Personally I am not ready for a long ride this weekend, so I am going to say that I will be a Longniddry for 11am if anyone want to join me for a ride to Gifford and back here is the route. For those wanting a longer ride, last time it took about 1:20 or so to get to Longniddry and the route was fairly strait forward. 

So who else is up for it?


----------



## Telemark (13 Oct 2009)

I'll be there! Happy to be flexible time-wise if anybody is travelling from further afield. The trains from Edinburgh to Longniddry run every 30 min on a Saturday. 

Who else is coming? So far we have:
HJ (from Longniddry)
Telemark (from Longniddry)

T


----------



## MajorMantra (13 Oct 2009)

I'll put myself down as a probably, and I'd likely be riding out from Edinburgh. It seems we have a conflict by the way.
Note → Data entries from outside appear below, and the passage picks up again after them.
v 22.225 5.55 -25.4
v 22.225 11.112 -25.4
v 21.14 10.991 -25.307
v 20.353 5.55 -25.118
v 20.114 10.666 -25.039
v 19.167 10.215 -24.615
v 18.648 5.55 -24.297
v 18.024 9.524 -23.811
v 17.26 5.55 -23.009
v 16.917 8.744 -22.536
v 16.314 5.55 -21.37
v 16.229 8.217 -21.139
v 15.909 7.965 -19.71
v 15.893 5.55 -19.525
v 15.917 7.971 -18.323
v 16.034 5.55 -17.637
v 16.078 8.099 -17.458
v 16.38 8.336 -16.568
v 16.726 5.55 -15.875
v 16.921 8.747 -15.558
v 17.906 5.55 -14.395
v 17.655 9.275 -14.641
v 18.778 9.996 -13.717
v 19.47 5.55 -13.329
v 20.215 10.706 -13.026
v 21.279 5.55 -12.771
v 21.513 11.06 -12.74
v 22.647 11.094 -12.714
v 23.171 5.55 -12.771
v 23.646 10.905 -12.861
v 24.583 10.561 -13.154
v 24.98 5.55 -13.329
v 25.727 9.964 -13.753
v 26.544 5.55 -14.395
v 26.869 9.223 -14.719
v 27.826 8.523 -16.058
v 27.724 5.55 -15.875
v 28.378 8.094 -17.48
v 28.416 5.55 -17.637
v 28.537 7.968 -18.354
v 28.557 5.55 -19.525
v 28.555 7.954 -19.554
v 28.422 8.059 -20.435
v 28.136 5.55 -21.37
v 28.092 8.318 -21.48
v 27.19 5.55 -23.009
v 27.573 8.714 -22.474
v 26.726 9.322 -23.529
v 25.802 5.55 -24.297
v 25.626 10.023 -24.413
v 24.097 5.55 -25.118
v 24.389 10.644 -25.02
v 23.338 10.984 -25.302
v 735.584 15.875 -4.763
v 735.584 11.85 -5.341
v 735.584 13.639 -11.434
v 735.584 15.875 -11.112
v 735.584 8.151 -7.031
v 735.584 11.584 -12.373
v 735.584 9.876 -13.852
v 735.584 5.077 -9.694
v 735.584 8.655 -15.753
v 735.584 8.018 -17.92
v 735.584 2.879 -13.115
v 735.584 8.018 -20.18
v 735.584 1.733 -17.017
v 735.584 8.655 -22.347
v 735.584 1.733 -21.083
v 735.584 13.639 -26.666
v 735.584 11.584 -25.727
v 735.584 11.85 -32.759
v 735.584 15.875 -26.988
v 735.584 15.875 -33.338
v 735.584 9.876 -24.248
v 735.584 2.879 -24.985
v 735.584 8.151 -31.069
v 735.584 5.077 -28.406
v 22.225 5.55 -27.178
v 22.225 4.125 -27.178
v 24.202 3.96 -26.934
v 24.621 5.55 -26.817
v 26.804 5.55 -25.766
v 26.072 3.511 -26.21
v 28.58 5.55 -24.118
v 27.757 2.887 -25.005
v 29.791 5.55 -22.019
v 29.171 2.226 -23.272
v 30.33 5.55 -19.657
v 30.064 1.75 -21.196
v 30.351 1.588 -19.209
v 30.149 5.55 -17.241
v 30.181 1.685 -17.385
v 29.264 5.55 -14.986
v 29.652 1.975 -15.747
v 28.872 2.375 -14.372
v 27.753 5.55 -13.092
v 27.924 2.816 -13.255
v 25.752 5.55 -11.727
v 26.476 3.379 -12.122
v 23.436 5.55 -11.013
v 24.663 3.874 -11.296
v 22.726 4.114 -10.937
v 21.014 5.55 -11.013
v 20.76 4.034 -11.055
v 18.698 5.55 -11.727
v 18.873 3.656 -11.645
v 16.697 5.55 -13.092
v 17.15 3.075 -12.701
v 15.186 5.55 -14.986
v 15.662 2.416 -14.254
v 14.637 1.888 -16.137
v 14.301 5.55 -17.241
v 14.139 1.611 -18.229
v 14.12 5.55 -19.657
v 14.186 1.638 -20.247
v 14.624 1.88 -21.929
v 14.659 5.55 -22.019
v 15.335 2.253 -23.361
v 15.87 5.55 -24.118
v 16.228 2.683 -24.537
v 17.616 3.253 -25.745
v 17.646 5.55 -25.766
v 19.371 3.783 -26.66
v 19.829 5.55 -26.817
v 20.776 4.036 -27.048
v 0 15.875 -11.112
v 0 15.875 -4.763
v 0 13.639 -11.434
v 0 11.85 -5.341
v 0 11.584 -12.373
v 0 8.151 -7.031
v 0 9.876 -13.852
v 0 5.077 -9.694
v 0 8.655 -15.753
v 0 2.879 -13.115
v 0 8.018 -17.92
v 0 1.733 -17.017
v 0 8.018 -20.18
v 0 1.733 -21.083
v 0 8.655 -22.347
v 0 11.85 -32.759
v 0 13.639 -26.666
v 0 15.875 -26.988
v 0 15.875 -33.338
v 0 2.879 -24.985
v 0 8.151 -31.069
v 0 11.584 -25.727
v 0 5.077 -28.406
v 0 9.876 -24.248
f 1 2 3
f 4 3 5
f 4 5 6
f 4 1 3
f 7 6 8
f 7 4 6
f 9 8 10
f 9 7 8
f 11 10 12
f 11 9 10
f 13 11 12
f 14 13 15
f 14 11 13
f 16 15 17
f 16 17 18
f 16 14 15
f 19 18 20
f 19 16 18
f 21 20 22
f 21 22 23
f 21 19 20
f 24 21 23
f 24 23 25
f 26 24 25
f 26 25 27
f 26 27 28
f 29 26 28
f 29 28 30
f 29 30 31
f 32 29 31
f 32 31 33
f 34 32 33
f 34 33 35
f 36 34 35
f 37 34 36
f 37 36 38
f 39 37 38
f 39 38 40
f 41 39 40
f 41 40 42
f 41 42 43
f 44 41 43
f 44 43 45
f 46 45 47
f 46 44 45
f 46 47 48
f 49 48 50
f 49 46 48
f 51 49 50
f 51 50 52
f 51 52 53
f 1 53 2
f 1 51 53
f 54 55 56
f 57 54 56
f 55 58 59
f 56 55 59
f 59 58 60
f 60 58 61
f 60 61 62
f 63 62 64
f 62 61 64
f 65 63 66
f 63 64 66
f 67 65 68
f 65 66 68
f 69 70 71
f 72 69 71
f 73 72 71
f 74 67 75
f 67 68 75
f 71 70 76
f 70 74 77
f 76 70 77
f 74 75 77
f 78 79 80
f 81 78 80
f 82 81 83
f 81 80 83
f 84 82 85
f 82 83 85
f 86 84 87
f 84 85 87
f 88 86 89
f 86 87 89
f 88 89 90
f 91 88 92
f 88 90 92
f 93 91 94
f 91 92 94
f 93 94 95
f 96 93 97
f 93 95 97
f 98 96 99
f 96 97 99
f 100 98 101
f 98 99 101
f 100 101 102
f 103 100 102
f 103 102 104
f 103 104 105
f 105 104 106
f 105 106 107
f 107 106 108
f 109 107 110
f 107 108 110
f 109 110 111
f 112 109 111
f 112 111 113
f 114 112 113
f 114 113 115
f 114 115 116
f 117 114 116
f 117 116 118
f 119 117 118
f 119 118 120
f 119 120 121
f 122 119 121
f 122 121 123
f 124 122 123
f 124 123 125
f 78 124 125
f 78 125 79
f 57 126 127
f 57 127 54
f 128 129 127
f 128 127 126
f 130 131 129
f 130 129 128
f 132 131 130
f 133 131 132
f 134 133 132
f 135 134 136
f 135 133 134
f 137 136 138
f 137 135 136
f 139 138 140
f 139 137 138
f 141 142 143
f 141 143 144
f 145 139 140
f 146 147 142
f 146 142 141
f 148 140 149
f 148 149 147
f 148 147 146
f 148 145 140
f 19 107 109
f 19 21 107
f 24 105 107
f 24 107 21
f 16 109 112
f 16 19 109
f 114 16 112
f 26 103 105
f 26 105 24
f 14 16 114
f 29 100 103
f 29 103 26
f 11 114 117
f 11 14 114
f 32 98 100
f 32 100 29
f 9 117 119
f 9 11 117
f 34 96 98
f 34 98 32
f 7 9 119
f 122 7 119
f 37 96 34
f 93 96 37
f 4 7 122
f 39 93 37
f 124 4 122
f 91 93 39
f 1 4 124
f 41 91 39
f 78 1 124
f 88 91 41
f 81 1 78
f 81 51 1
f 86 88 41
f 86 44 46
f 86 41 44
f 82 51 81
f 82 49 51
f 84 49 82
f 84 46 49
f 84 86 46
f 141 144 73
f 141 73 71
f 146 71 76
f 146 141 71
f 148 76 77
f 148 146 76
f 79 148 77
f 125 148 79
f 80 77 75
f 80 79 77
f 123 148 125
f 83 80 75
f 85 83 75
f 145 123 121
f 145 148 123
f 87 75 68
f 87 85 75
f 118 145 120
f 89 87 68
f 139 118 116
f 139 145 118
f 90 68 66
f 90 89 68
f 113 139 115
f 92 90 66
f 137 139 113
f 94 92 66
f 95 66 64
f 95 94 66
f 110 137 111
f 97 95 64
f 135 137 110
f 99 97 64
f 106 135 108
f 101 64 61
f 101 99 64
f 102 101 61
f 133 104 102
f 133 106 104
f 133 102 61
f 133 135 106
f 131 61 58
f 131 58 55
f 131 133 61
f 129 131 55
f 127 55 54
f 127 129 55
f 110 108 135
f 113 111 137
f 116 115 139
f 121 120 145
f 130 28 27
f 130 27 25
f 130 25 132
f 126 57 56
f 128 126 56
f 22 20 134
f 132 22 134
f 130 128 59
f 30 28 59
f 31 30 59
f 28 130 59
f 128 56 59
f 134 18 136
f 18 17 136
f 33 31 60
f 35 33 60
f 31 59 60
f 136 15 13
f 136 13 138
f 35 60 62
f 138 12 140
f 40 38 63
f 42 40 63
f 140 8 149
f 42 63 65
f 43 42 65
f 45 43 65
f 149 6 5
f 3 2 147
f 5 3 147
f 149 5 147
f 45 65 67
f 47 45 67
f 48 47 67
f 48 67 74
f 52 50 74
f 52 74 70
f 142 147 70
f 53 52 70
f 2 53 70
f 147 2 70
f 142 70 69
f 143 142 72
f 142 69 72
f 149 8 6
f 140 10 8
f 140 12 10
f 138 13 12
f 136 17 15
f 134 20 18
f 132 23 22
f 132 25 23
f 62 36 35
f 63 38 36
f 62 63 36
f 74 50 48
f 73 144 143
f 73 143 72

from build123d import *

# Parameters (mm, degrees)
SKETCH1_W                     = 735.584
SKETCH1_H                     = 38.1
WOOD_BLOCK_DEPTH              = 15.875
SKETCH2_R                     = 7.9375
INNER_BORE_DEPTH              = 737.741098814
SKETCH3_R                     = 6.35
MOUTHPIECE_THROUGH_HOLE_DEPTH = 737.741098814
SKETCH5_R                     = 8.128
CUT_EXTRUDE3_DEPTH            = 5.5499
SKETCH4_OUTSIDE_W             = 187.448
SKETCH4_OUTSIDE_H             = 165.223
SKETCH4_OUTSIDE_R             = 14.2875
OUTER_DIAMETER_DEPTH          = 737.741098916


with BuildPart() as part:
    # Sketch1 → wood block (new body)
    with BuildSketch(Plane(origin=(0, 0, 0), x_dir=(1, 0, 0), z_dir=(0, 1, 0))):
        with Locations((367.792, 19.05)):
            Rectangle(SKETCH1_W, SKETCH1_H)
    extrude(amount=WOOD_BLOCK_DEPTH)

    # Sketch2 → inner bore (cut, through all)
    with BuildSketch(Plane(origin=(735.584, 0, 0), x_dir=(0, 0, -1), z_dir=(1, 0, 0))):
        with Locations((19.05, 15.875)):
            Circle(SKETCH2_R)
    extrude(amount=-INNER_BORE_DEPTH, mode=Mode.SUBTRACT)

    # Sketch3 → mouthpiece through hole (cut, through all)
    with BuildSketch(Plane(origin=(0, 0, 0), x_dir=(1, 0, 0), z_dir=(0, 1, 0))):
        with Locations(Location((22.225, 19.05, 0), (0, 0, 90))):
            Circle(SKETCH3_R)
    extrude(amount=MOUTHPIECE_THROUGH_HOLE_DEPTH, mode=Mode.SUBTRACT)

    # Sketch5 → Cut-Extrude3 (cut)
    with BuildSketch(Plane.XZ):
        with Locations(Location((22.225, -19.05, 0), (0, 0, 270))):
            Circle(SKETCH5_R)
    extrude(amount=-CUT_EXTRUDE3_DEPTH, mode=Mode.SUBTRACT)

    # Sketch4 outside → outer diameter (cut, through all)
    with BuildSketch(Plane.ZY):
        with Locations((-19.05, 7.9375)):
            Rectangle(SKETCH4_OUTSIDE_W, SKETCH4_OUTSIDE_H)
        with Locations((-19.05, 15.875)):
            Circle(SKETCH4_OUTSIDE_R, mode=Mode.SUBTRACT)
    extrude(amount=-OUTER_DIAMETER_DEPTH, mode=Mode.SUBTRACT)


solid = part.part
How shall we settle this - mini pumps at dawn? 

Matthew


----------



## scook94 (13 Oct 2009)

MajorMantra said:


> I'll put myself down as a probably, and I'd likely be riding out from Edinburgh. *It seems we have a conflict by the way.* How shall we settle this - mini pumps at dawn?
> 
> Matthew



Unfortunate that, didn't think the CC October ride would come up so quick. as there's no offer of scones I'll be doing the ride with Eldud....


----------



## HJ (13 Oct 2009)

Ach, just let the splitter go...


----------



## HJ (13 Oct 2009)

scook94 said:


> Unfortunate that, didn't think the CC October ride would come up so quick. as there's no offer of scones I'll be doing the ride with Eldud....



Weeeeeelll there might be scones, that is a possibility...


----------



## Telemark (13 Oct 2009)

MajorMantra said:


> I'll put myself down as a probably, and I'd likely be riding out from Edinburgh. It seems we have a conflict by the way. How shall we settle this - mini pumps at dawn?



A very unfortunate coincidence ... but in the end a simple decision, for me anyway : How early you want to get up on a Saturday morning? The Stirling train that gets you to the start from Edinburgh leaves at 06:25 . 

You could, of course, do the Carron Valley ride and then teleport yourself to Longniddry ... if you pedal really hard, you might just catch us! (hmmm, can you teleport WITH your bicycle?)



T


----------



## Telemark (13 Oct 2009)

HJ said:


> Weeeeeelll there might be scones, that is a possibility...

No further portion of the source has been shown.